Le conseil d’état a rendu son verdict : rejet de la requête sur l’ouverture des salles de spectacles et de cinéma.
Il est des défaites qui sont des victoires, et ce n’est pas parole de politicien un soir d’élection. Les avocats sont unanimes et c’est rageant : si nous avions attaqué plus tôt, si le jugement avait été rendu avant le week-end dernier (19 et 20 décembre), nous aurions gagné, de manière sûre.
Oui, juridiquement, comme je le prévoyais, le jugement nous est en tous points favorables.
Le juge des référés relève que « la fermeture au public des lieux culturels porte une atteinte grave aux libertés, notamment à la liberté d’_expression_, à la liberté de création artistique, à la liberté d’accès aux œuvres culturelles et la liberté d’entreprendre. Le seul fait qu’une partie des activités concernées pourrait demeurer accessible au public à travers d’autres supports ou de manière dématérialisée ne saurait faire disparaître cette atteinte. »
Première victoire : l’argument du gouvernement qui consistait à expliquer que le numérique permettait cette liberté fondamentale (liberté d’_expression_ etc ..) tombe à l’eau.

La liberté fondamentale est reconnue et gravée dans le marbre.
Le juge ajoute « les exploitants des établissements concernés ont mis en œuvre des protocoles sanitaires particulièrement stricts qui sont de nature, au moins pour une partie de ces salles, à diminuer significativement le risque lié à l’existence de rassemblements dans un espace clos. Le risque de transmission du virus dans les cinémas, théâtres et salles de spectacle est ainsi plus faible que pour d’autres événements accueillant du public, dès lors que de tels protocoles sont effectivement appliqués. »
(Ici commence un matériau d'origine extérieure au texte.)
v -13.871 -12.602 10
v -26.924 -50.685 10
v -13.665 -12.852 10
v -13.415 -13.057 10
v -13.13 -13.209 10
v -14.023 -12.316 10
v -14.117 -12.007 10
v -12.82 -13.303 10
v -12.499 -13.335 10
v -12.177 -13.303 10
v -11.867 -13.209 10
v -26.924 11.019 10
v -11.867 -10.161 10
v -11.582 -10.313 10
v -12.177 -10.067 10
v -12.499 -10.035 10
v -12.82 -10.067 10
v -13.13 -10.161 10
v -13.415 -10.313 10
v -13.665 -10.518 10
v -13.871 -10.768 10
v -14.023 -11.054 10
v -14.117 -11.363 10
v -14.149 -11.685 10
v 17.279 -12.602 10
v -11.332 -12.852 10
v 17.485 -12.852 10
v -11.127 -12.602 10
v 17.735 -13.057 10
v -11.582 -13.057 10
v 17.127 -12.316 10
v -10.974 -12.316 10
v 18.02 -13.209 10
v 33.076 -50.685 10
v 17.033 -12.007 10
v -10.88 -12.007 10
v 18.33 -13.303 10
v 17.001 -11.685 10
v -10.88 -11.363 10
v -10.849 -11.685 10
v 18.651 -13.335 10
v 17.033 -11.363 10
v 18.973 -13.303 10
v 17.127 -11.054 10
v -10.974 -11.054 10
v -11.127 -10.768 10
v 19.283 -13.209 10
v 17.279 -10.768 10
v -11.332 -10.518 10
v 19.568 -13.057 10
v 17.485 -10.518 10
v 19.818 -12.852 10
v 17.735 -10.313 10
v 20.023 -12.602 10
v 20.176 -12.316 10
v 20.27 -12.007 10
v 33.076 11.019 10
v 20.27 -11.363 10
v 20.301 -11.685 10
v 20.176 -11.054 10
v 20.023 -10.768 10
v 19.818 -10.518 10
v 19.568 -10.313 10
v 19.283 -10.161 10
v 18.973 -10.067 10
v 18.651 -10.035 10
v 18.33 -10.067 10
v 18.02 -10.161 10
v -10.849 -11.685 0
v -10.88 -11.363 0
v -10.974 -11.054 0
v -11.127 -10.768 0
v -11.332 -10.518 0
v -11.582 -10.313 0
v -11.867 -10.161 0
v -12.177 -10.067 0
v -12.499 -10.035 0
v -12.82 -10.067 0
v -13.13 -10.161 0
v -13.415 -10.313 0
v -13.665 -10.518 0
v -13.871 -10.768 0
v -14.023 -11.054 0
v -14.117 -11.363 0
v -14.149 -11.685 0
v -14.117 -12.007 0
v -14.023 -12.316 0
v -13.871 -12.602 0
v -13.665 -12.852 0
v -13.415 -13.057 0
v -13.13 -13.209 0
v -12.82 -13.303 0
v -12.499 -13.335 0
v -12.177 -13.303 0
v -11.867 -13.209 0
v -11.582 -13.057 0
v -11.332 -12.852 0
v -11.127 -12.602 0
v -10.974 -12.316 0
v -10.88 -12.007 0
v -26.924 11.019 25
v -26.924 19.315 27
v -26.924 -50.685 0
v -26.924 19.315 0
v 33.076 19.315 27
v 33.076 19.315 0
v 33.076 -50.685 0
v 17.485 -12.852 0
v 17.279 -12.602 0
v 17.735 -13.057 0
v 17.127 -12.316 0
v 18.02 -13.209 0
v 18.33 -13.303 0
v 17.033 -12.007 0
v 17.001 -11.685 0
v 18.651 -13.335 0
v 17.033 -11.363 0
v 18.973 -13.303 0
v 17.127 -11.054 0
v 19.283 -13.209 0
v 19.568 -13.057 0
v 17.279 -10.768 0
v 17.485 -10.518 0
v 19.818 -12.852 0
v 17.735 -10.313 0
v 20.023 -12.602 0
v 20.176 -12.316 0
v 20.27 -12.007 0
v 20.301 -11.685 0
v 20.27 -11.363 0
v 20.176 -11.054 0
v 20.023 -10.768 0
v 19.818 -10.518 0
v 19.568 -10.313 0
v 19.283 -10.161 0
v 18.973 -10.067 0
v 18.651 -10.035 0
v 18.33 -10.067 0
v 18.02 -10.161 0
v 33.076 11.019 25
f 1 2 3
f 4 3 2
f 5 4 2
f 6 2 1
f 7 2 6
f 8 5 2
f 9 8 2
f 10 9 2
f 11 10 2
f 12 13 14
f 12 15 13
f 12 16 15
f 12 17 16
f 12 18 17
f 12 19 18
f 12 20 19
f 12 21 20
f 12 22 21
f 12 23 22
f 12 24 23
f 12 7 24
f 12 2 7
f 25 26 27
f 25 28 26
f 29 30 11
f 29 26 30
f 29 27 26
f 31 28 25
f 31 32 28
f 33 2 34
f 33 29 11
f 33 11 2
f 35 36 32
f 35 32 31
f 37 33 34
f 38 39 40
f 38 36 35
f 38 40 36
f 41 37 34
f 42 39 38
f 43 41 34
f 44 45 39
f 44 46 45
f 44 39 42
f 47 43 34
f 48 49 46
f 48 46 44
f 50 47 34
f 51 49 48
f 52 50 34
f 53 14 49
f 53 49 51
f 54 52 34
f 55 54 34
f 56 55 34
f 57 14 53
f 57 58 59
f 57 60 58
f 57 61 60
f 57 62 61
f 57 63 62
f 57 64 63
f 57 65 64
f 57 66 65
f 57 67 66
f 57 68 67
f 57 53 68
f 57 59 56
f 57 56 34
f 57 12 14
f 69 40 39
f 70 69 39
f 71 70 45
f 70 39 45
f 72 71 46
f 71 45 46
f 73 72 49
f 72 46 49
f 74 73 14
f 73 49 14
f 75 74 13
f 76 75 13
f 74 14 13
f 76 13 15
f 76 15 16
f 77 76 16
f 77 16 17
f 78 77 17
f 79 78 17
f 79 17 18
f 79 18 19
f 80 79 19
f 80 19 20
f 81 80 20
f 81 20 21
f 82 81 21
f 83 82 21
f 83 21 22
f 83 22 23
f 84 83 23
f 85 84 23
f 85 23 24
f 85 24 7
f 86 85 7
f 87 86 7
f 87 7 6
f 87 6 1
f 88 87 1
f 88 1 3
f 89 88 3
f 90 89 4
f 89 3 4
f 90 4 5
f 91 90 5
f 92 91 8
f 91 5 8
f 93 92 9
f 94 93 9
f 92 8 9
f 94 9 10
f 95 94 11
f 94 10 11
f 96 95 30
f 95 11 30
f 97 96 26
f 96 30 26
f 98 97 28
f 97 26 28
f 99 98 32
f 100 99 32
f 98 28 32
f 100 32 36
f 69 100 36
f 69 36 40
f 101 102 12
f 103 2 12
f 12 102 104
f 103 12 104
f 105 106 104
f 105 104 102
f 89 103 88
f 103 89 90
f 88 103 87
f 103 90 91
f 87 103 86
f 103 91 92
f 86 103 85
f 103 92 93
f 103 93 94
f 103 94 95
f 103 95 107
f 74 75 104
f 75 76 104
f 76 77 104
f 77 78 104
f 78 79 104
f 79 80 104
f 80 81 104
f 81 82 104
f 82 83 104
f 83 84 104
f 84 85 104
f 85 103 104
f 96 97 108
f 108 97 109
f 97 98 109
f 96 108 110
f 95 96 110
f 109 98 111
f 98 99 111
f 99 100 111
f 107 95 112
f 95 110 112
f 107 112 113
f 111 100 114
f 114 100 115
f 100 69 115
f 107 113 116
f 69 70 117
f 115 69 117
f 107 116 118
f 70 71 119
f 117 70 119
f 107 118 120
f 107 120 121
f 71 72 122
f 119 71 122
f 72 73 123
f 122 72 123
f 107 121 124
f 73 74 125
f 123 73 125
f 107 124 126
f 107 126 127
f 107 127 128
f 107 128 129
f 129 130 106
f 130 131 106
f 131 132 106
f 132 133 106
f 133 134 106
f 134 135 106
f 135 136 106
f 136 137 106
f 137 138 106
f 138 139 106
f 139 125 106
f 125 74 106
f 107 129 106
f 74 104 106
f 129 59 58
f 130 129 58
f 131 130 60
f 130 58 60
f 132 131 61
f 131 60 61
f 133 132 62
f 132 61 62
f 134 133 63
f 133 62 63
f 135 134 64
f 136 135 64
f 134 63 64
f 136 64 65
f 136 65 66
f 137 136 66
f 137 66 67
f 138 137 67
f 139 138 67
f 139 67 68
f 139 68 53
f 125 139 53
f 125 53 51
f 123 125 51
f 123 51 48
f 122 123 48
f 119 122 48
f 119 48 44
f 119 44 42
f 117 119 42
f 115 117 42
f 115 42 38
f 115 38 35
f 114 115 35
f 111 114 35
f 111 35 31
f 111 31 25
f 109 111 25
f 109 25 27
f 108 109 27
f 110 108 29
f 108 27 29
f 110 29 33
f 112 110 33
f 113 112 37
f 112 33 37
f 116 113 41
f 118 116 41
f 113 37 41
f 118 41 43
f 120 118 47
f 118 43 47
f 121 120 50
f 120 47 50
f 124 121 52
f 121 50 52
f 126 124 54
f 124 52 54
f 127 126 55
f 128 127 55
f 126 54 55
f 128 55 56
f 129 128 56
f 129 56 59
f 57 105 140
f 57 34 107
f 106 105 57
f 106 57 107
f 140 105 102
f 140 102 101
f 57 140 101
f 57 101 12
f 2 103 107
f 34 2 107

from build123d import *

# Parameters (mm, degrees)
ESQUISSE1_W           = 60
ESQUISSE1_H           = 70
BOSS_EXTRU_1_DEPTH    = 10
BOSS_EXTRU_2_DEPTH    = 60
TROU_TARAUD_M41_D     = 3.3
TROU_TARAUD_M41_DEPTH = 11.5
TROU_TARAUD_M41_TIP   = 0.991420021


with BuildPart() as part:
    # Esquisse1 → Boss.-Extru.1 (new body)
    with BuildSketch(Plane.XY):
        with Locations((3.076402568, -15.684931507)):
            Rectangle(ESQUISSE1_W, ESQUISSE1_H)
    extrude(amount=BOSS_EXTRU_1_DEPTH)

    # Esquisse2 → Boss.-Extru.2 (add)
    with BuildSketch(Plane(origin=(33.076402568, 0, 0), x_dir=(0, 0, -1), z_dir=(1, 0, 0))):
        Polygon((-27, 19.315068493), (-25, 11.018826061), (-10, 11.018826061), (-10, 19.315068493), align=None)
    extrude(amount=-BOSS_EXTRU_2_DEPTH)

    # Trou taraudé M41
    with Locations(Plane(origin=(18.651402568, -11.684931507, 0), x_dir=(-1, 0, 0), z_dir=(0, 0, -1))):
        with Locations((0, 0), (31.15, 0)):
            Hole(TROU_TARAUD_M41_D / 2, depth=TROU_TARAUD_M41_DEPTH)
            with Locations((0, 0, -(TROU_TARAUD_M41_DEPTH + TROU_TARAUD_M41_TIP / 2))):  # 118° drill point
                Cone(0, TROU_TARAUD_M41_D / 2, TROU_TARAUD_M41_TIP, mode=Mode.SUBTRACT)


solid = part.part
Deuxième victoire : les théâtres et les cinémas sont moins « contaminants » que les lieux de culte ou autres évènements accueillant du public. Le conseil d’état reconnait donc recevable l’argument apporté par le conseil scientifique et plusieurs études démontrant que l’impact est moindre que pour les rassemblements religieux notamment parce que les fidèles parlent et chantent, arguments présents dans les requêtes déposées.

Enfin, le juge des référés estime que « le maintien de la fermeture au public des cinémas, théâtres et salles de spectacles serait manifestement illégal s’il n’était justifié que parce qu’il existe un risque de contamination des spectateurs, indépendamment du contexte sanitaire général. »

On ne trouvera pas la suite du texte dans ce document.